My last act before entering the water was to think of the hippo. Most folks have the Disneyland picture of the mechanical hippo jaws opening in front of a safari boat full of wide-eyed kids from Akron. The Stetsoned college sophomore in the bow touches off a blank from a starter’s pistol, and the fiberglass incisors recede. That would not be recommended in reality.
In reality, the first reaction of everyone I’ve since known who has had a real hippo surface near their boat is the same as Roy Scheider’s in Jaws: “You’re gonna need a bigger boat.” And with good reason. While they may look like overstuffed knockwurst, the hippo is the strongest, meanest, most territorial, and most aggressive knockwurst in the world. More to the point, he often munches transoms right off watercraft the way you might tear the top off a box of Cracker Jack with your teeth. He then treats the passengers as the peanuts. He makes destroying boats look so effortless that actually crushing the passengers probably doesn’t fall within his definition of sporting, although once committed, you couldn’t tell.
It’s small comfort that, as an exclusive herbivore, he won’t actually ingest the pâté he makes of you. Oh, and the opening discussion I’d had with Lew emphasized that there were a lot of hippo in the area.
Lifting my rifle like Rory did, I scrambled into the water after him.

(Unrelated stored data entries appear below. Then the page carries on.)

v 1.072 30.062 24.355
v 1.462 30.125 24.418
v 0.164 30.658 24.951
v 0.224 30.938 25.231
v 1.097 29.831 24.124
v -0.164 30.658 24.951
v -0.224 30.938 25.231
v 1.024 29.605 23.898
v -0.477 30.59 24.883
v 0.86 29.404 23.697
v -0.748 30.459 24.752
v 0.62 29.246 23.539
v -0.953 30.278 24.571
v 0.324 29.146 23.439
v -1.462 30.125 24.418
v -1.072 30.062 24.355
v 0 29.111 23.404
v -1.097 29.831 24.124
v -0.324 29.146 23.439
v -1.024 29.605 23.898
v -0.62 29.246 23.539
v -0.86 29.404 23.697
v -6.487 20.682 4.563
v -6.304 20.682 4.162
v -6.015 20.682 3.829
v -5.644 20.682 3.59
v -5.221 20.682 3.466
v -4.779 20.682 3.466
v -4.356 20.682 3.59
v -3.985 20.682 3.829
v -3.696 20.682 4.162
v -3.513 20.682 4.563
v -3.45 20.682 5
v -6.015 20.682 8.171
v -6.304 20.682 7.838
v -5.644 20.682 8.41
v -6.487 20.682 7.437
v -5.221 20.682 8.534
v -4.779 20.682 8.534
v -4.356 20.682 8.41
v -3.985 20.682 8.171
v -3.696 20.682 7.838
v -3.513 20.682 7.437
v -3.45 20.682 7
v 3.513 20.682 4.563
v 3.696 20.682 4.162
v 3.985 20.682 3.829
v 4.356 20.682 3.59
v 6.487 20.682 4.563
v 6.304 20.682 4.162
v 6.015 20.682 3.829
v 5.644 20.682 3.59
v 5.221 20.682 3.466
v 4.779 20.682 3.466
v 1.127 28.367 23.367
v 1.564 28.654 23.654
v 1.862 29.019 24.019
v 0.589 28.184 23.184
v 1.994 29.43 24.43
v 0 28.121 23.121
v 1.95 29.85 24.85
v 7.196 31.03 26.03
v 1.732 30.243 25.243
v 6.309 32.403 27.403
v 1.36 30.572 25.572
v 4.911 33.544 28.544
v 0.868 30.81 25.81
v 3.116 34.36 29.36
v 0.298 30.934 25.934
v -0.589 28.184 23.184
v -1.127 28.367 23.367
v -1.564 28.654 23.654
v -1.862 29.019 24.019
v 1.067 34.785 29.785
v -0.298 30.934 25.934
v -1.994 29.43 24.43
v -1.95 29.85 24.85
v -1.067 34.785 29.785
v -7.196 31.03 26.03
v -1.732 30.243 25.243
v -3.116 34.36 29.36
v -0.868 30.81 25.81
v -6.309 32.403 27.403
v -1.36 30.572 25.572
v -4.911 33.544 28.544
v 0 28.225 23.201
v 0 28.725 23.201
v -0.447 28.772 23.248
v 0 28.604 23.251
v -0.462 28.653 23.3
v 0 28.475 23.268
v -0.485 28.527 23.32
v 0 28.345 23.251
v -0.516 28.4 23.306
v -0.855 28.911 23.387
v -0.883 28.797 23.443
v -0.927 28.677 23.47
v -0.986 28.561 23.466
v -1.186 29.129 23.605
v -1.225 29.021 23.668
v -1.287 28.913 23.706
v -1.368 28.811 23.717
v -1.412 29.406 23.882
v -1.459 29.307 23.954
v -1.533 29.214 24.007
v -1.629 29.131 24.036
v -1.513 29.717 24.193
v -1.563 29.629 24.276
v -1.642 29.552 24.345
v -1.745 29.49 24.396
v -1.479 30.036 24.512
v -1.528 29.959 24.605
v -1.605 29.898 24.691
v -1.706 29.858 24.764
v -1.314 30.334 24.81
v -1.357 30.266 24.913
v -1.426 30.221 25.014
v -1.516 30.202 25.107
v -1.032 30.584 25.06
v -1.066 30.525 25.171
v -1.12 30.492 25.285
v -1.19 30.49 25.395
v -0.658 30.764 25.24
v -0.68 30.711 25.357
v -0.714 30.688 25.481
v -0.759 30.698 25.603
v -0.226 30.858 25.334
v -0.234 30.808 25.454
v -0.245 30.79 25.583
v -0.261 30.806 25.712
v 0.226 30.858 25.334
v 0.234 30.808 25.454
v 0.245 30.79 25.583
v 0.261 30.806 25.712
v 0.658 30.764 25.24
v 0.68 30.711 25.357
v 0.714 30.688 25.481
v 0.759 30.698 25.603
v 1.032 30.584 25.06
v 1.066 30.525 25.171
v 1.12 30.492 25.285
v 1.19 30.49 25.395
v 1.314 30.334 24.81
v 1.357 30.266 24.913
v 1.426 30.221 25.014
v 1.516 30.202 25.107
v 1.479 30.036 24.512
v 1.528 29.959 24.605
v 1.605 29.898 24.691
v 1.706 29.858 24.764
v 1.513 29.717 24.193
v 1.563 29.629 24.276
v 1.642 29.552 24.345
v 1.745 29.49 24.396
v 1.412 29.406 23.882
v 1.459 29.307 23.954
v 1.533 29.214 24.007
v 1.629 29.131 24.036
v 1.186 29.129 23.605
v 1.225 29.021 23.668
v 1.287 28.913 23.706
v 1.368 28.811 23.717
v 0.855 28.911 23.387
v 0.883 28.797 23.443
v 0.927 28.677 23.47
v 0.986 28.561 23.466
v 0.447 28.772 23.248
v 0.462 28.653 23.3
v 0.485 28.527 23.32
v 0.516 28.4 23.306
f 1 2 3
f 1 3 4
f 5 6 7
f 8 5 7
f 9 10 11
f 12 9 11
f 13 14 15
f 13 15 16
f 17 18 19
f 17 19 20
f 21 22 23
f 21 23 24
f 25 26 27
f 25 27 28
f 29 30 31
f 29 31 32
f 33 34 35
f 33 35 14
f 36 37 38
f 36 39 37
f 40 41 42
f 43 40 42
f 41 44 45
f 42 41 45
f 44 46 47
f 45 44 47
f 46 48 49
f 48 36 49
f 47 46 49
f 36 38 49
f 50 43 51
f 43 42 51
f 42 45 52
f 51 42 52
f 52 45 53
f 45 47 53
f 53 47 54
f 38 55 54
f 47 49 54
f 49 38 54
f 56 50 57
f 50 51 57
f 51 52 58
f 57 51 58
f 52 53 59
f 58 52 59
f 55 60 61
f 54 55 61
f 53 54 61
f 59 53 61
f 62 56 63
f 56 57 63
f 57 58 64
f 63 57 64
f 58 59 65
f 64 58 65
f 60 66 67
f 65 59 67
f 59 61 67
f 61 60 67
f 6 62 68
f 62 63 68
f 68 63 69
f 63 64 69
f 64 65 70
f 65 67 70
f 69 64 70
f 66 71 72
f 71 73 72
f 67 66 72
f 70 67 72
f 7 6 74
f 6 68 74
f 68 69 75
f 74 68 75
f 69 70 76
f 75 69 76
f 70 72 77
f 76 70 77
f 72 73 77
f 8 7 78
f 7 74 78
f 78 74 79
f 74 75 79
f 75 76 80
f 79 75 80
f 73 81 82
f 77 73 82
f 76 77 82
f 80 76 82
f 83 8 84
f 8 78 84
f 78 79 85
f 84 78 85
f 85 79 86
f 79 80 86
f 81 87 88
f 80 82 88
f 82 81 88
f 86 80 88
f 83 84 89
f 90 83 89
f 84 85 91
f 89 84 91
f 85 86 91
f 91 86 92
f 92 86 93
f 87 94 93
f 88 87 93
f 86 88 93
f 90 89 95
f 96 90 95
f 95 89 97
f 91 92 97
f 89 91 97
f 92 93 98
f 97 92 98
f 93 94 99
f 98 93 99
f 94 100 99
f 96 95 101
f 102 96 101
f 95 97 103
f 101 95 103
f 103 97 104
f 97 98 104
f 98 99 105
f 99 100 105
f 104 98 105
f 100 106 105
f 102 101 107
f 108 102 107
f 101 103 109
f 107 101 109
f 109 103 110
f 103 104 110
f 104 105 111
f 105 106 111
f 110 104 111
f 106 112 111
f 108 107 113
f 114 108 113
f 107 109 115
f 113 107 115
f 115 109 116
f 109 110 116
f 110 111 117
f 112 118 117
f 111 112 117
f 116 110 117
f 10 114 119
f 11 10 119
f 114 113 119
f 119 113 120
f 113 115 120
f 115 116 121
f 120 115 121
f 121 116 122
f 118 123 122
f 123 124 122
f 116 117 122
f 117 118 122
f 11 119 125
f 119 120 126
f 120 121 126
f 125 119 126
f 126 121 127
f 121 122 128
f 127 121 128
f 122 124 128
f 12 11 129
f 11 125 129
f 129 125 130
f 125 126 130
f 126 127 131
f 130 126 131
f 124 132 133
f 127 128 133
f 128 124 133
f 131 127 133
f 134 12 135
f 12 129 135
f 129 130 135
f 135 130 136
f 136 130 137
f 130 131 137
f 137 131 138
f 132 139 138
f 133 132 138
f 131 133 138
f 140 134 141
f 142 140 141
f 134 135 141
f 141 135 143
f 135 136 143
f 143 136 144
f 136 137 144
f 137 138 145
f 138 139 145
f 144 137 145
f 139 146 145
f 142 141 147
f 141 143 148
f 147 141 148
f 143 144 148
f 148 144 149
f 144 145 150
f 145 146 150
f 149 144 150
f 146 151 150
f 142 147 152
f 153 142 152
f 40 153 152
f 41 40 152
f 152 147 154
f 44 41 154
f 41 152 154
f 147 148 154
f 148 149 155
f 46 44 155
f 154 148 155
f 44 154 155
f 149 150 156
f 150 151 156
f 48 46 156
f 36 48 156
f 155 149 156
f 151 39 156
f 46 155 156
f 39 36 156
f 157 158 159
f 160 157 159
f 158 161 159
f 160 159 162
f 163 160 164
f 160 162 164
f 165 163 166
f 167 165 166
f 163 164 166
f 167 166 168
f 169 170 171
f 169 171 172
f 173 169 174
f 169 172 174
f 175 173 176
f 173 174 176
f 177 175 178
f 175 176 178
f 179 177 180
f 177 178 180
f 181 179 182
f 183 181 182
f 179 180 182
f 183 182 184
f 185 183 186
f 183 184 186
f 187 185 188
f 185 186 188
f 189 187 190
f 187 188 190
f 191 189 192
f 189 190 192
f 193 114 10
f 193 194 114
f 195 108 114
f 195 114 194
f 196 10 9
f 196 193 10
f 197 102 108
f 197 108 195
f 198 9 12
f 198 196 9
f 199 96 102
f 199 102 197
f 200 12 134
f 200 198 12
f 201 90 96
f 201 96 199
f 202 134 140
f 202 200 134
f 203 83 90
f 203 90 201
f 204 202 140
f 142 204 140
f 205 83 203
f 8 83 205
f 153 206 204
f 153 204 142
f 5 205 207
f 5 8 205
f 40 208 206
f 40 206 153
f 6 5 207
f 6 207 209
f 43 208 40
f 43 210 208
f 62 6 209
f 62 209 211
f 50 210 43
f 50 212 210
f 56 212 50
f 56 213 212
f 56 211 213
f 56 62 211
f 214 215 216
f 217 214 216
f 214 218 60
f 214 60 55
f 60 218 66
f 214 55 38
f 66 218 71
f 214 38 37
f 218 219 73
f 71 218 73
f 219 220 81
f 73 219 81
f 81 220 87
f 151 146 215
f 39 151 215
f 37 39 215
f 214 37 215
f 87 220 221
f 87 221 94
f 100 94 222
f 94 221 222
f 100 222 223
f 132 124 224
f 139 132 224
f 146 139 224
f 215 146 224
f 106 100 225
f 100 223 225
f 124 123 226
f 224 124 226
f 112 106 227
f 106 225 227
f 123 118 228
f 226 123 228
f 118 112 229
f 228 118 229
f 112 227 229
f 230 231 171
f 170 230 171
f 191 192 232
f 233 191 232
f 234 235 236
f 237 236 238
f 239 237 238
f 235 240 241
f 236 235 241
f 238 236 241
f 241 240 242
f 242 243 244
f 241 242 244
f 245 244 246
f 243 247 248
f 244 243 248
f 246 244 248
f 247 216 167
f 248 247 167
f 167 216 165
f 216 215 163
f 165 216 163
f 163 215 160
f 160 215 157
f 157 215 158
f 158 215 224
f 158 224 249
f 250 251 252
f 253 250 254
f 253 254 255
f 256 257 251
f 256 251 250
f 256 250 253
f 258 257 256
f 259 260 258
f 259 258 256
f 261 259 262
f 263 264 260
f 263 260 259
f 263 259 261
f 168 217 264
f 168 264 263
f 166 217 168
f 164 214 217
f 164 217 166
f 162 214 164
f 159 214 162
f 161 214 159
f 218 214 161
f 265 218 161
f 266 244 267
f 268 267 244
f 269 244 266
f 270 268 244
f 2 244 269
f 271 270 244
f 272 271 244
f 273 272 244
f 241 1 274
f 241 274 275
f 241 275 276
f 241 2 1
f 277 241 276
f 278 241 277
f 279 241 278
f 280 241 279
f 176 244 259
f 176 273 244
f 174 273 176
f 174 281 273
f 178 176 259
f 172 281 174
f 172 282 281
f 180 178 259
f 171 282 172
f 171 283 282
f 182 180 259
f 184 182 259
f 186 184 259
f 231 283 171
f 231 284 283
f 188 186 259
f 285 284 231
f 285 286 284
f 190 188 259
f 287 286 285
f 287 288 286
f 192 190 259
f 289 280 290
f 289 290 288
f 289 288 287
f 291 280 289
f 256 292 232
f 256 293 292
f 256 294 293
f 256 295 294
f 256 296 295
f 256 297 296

I remembered hearing that crocs feel for the uneven vibrations of injured creatures, so I was focusing on as smooth and even a stroke as you can manage while holding a Browning in one hand and No. 10 can of terror in the other. I’m still looking for an appropriate adjective to describe how I felt in that water. “Vulnerable” doesn’t even come close. Nor does “exposed” or “blind.” I wanted dry land worse than the combined crews of the Lusitania and Andrea Doria.
By the time I got there, Rory had already scrambled up and was covering me. He helped me clamber up the bank, and when he released my hand he put his index finger to his lips. Right. I’d nearly forgotten that we were within hopscotch range of three buff bulls.
And, oddly, the crossing helped me with that. Buff? Them I could see. Them I could shoot. They weren’t experts at drowning me.
We worked forward through the grass, rifles held at port arms, ready on the safeties. When we got about 40 yards from them, we eased up on a slight rise, maybe two feet higher than the surrounding land. It, too, was covered with the tall grass, so it offered us both a good vantage point and some concealment.
Right.
I took a good look at them. All were good, big bull bodies, good sweep and symmetry to the horns. But the one in the center was better than the other two. I whispered to Rory my choice, and he breathed back his agreement.
Before firing, I took a quick but careful look at the muzzle to make sure that there wasn’t any errant Zambezi mud trying to turn the Browning barrel into a face-shredding pipe bomb—a trick for which Africa is known. Then I rested the receiver on my left wrist, cupped my left hand up, and oh-so-quietly eased open the action to eject the chambered round into my hand, to let any residual water in the barrel or chamber drip out. Then I rechambered, checked that the safety was off, and shouldered the rifle.
There was long, orange light from the west, the sun punching through the atmosphere at a flat tangent that was starting to suck out the blue-green end of the spectrum. Since we were more or less south of the trio of bulls, one side of them was brilliantly illuminated, and the other side was utterly opaque. I took a solid heart-lung sight picture, envisioned the bullet path through to the opposite shoulder, eased out half a breath . . . and squeezed.